=== Section Start ===

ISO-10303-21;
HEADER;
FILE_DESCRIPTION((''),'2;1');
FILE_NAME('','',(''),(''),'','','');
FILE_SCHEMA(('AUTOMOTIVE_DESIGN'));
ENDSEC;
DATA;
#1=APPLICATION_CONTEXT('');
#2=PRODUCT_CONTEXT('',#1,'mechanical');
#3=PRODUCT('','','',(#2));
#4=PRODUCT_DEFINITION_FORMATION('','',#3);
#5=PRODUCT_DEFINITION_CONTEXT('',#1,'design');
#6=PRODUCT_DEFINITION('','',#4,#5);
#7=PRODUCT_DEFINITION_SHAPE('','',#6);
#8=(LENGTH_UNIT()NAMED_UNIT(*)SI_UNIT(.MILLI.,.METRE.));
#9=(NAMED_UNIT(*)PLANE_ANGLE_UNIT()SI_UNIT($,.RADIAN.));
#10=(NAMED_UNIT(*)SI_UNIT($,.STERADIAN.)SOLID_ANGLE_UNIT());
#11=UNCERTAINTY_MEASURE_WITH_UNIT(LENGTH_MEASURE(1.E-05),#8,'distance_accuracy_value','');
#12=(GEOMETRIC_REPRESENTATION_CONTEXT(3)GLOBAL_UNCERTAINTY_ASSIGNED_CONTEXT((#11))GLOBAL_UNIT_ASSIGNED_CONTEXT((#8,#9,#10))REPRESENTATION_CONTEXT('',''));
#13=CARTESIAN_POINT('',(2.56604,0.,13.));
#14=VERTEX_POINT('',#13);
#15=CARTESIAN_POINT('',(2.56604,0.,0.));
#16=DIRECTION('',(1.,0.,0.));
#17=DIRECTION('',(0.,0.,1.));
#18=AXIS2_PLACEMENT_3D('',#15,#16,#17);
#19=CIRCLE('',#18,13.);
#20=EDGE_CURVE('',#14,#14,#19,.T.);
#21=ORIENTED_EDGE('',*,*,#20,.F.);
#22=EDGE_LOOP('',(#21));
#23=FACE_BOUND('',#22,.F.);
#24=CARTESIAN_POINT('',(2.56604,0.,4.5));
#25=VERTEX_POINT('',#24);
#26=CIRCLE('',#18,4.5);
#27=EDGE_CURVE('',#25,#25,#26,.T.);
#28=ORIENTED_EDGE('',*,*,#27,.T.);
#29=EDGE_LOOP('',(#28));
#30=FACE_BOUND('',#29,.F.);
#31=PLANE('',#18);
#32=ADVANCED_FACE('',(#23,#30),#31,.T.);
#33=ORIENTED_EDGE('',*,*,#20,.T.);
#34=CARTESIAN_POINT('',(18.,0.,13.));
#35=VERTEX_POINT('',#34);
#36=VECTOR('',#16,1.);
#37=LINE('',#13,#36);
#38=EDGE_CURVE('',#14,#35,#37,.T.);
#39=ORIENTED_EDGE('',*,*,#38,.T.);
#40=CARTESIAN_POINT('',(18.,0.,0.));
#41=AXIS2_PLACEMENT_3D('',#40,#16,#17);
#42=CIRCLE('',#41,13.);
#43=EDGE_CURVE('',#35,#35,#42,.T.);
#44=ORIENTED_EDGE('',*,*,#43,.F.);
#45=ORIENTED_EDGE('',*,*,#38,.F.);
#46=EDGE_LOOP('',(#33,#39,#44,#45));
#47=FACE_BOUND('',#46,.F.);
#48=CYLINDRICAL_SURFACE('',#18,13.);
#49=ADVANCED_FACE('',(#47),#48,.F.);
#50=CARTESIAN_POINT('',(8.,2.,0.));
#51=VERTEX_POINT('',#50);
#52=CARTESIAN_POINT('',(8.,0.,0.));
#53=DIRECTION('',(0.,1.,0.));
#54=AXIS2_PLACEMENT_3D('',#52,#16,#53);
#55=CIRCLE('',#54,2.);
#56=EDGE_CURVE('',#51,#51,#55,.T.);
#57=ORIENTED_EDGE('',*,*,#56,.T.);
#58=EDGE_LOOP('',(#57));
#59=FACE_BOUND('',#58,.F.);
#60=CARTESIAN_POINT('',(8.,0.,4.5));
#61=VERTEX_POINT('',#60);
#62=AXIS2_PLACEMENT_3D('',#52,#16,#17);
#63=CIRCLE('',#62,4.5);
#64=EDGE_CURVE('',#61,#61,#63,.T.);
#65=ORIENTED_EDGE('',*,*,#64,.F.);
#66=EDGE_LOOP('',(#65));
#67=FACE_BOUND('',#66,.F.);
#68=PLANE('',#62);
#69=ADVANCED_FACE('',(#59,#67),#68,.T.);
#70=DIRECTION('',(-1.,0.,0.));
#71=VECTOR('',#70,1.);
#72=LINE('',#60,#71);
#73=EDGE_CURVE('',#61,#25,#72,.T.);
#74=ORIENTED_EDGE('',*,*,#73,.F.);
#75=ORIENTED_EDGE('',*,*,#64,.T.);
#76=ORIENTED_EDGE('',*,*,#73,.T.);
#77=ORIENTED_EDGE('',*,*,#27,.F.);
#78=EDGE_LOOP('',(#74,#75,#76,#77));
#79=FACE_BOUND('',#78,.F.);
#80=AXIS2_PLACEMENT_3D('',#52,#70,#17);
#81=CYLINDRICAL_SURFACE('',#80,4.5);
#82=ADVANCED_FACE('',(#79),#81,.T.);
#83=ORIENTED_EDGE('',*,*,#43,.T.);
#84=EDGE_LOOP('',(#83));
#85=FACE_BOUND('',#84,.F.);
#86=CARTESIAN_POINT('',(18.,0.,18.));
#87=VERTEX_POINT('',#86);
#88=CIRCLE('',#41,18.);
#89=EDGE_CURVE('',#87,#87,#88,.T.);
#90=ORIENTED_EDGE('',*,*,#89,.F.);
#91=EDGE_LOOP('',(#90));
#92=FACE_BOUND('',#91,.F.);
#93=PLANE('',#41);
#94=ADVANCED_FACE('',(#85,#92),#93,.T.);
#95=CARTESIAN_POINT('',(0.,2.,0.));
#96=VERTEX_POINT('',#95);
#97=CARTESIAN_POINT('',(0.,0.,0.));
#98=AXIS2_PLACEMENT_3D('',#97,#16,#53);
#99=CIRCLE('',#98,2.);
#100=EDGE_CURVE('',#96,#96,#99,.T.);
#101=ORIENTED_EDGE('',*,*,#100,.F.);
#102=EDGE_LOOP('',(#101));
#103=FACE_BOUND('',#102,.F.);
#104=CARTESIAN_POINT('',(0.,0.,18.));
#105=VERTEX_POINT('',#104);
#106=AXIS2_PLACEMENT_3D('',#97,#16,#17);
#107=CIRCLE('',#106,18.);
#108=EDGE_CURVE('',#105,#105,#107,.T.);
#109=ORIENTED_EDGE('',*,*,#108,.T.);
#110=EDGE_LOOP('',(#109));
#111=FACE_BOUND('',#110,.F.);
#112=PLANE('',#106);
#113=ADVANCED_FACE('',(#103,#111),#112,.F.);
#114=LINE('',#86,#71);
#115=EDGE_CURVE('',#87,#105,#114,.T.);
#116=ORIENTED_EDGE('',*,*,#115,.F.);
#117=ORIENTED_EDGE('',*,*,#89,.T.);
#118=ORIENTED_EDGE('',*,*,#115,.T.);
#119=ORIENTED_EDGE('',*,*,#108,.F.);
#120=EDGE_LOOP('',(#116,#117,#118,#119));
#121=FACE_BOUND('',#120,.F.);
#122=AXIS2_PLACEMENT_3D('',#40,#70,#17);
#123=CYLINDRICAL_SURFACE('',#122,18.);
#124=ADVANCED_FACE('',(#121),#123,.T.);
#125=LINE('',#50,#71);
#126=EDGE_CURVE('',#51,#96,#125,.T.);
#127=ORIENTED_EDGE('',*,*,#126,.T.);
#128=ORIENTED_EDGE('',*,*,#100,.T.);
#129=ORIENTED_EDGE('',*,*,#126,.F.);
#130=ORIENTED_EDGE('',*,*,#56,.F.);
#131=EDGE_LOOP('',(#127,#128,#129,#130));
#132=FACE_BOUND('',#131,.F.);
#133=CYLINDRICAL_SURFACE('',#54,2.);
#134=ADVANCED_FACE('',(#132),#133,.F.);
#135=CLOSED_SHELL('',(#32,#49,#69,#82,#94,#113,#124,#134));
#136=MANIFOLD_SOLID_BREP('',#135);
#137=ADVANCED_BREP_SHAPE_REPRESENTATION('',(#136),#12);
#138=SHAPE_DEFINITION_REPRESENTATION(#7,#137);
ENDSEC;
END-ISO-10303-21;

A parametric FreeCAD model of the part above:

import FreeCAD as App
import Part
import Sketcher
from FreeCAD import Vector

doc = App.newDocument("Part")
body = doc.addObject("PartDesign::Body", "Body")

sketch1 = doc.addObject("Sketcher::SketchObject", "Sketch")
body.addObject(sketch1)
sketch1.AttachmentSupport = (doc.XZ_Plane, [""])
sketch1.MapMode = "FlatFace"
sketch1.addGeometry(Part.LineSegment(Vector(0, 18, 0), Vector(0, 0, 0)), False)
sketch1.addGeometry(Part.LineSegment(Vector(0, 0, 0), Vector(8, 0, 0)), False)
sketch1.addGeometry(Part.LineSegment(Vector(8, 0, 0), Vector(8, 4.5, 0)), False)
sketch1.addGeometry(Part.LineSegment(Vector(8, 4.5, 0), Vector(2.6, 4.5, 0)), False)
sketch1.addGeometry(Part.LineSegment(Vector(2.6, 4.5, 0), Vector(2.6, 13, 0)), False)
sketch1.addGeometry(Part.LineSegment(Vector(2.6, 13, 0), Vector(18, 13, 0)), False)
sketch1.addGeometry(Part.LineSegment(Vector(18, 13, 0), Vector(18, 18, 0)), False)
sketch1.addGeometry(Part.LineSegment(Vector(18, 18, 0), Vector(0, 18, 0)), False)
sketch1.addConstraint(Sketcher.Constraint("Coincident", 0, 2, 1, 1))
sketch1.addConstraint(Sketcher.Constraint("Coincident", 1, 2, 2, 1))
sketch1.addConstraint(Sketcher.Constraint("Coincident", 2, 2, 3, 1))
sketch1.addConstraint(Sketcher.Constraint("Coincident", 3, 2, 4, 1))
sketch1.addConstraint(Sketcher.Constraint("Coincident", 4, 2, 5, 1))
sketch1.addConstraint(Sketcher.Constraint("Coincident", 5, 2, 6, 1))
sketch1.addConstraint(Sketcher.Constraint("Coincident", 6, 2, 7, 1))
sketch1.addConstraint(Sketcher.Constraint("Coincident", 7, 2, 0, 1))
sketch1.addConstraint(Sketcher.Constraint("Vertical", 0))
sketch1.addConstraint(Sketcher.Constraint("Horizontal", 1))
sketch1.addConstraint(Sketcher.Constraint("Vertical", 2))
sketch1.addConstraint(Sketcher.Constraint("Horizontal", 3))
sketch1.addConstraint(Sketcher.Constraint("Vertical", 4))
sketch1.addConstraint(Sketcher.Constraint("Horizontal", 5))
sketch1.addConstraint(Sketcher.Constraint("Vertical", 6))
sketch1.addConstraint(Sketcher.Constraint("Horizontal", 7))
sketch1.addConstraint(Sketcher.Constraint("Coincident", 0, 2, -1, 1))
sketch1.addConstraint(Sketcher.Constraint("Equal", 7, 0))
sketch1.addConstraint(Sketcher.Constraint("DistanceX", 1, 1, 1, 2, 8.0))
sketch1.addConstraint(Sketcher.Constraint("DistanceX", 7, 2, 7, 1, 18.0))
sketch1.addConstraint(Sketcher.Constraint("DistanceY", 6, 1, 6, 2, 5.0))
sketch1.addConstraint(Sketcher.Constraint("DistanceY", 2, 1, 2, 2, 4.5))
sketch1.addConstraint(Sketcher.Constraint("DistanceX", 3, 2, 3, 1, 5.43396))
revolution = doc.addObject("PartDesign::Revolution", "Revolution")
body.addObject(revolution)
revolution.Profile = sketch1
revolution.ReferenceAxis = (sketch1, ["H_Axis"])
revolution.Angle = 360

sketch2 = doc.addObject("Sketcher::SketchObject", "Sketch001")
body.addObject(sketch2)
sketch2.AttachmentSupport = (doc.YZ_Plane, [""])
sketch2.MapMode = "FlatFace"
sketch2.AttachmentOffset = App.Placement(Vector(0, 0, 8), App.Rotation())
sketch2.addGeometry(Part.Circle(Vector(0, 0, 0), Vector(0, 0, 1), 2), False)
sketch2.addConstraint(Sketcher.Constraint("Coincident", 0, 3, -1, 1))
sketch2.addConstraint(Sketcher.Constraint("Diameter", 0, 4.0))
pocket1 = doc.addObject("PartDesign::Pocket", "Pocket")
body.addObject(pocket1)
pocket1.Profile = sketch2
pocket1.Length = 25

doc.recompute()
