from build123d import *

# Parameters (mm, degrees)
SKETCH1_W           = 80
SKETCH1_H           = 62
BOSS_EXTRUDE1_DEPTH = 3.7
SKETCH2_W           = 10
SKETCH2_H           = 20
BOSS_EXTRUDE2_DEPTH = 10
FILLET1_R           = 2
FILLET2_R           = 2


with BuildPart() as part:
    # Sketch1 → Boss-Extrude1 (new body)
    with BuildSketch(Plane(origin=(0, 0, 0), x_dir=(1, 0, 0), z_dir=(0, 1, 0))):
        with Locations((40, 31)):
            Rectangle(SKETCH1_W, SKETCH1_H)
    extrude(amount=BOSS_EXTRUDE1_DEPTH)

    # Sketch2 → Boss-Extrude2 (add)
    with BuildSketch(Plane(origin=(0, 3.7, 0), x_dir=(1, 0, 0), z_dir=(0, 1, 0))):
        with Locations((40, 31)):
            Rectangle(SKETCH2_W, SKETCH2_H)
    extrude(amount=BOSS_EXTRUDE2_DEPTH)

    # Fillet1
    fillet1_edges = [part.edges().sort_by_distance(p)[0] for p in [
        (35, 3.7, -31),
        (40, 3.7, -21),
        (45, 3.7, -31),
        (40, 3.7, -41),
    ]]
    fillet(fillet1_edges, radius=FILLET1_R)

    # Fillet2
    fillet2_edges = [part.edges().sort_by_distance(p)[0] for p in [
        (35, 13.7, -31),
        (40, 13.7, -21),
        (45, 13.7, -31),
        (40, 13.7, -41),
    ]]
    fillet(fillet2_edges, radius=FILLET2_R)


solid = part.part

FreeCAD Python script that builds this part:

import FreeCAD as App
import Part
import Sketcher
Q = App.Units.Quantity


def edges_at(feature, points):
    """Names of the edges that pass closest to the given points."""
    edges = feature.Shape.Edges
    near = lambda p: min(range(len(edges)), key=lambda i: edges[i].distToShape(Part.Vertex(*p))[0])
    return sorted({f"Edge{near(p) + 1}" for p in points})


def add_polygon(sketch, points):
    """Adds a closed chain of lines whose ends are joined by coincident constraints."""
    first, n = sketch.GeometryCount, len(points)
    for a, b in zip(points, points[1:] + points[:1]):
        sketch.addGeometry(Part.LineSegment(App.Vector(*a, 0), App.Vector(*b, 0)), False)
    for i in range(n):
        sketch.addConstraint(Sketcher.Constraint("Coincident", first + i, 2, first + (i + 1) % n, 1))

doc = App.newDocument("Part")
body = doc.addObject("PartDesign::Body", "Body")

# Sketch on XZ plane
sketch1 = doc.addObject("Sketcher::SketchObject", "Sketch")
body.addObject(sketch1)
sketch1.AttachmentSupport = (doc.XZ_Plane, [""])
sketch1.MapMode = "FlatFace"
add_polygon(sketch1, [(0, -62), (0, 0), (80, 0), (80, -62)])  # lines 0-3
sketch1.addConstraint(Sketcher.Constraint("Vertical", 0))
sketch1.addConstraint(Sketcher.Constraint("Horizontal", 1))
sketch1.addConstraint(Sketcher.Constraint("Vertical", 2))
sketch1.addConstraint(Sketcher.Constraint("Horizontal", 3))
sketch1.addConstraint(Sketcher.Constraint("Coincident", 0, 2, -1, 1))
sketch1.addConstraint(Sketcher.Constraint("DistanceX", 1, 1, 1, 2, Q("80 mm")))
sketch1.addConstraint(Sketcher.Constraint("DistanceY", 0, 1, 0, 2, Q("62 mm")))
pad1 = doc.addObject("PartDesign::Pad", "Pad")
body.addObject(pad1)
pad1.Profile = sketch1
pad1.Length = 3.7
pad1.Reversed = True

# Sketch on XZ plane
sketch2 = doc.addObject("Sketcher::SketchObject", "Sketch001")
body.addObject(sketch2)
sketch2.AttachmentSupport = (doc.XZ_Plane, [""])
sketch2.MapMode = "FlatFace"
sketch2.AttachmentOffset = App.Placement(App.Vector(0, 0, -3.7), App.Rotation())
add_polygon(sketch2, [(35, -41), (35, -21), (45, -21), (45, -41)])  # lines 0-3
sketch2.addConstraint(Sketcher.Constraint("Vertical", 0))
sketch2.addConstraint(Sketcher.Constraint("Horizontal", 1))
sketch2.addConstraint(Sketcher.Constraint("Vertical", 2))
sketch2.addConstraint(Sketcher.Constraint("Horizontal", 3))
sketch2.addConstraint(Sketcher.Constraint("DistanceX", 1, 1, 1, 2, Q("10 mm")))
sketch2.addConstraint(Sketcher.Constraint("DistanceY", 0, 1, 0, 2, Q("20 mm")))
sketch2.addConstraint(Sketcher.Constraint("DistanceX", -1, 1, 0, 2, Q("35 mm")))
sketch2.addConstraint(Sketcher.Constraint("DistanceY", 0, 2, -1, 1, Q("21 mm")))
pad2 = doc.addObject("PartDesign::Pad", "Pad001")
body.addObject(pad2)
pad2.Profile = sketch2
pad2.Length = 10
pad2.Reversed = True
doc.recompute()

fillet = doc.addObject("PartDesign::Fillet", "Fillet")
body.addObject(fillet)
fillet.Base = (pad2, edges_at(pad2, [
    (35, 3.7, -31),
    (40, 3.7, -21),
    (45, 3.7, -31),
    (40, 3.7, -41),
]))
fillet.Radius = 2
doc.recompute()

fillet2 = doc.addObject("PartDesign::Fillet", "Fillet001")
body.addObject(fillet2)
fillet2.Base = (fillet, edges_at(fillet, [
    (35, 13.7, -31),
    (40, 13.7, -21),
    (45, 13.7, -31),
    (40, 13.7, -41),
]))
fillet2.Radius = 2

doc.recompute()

=== Section End ===

__WHAT THE EXERCISE ASKS__
Return word for word the lines above from the line with "#94=ADVANCED_FACE('',(#85,#92),#93,.T.);" to the line with "#100=EDGE_CURVE('',#96,#96,#99,.T.);", including both and leaving out all others.

__EXPECTED ANSWER__
#94=ADVANCED_FACE('',(#85,#92),#93,.T.);
#95=CARTESIAN_POINT('',(0.,2.,0.));
#96=VERTEX_POINT('',#95);
#97=CARTESIAN_POINT('',(0.,0.,0.));
#98=AXIS2_PLACEMENT_3D('',#97,#16,#53);
#99=CIRCLE('',#98,2.);
#100=EDGE_CURVE('',#96,#96,#99,.T.);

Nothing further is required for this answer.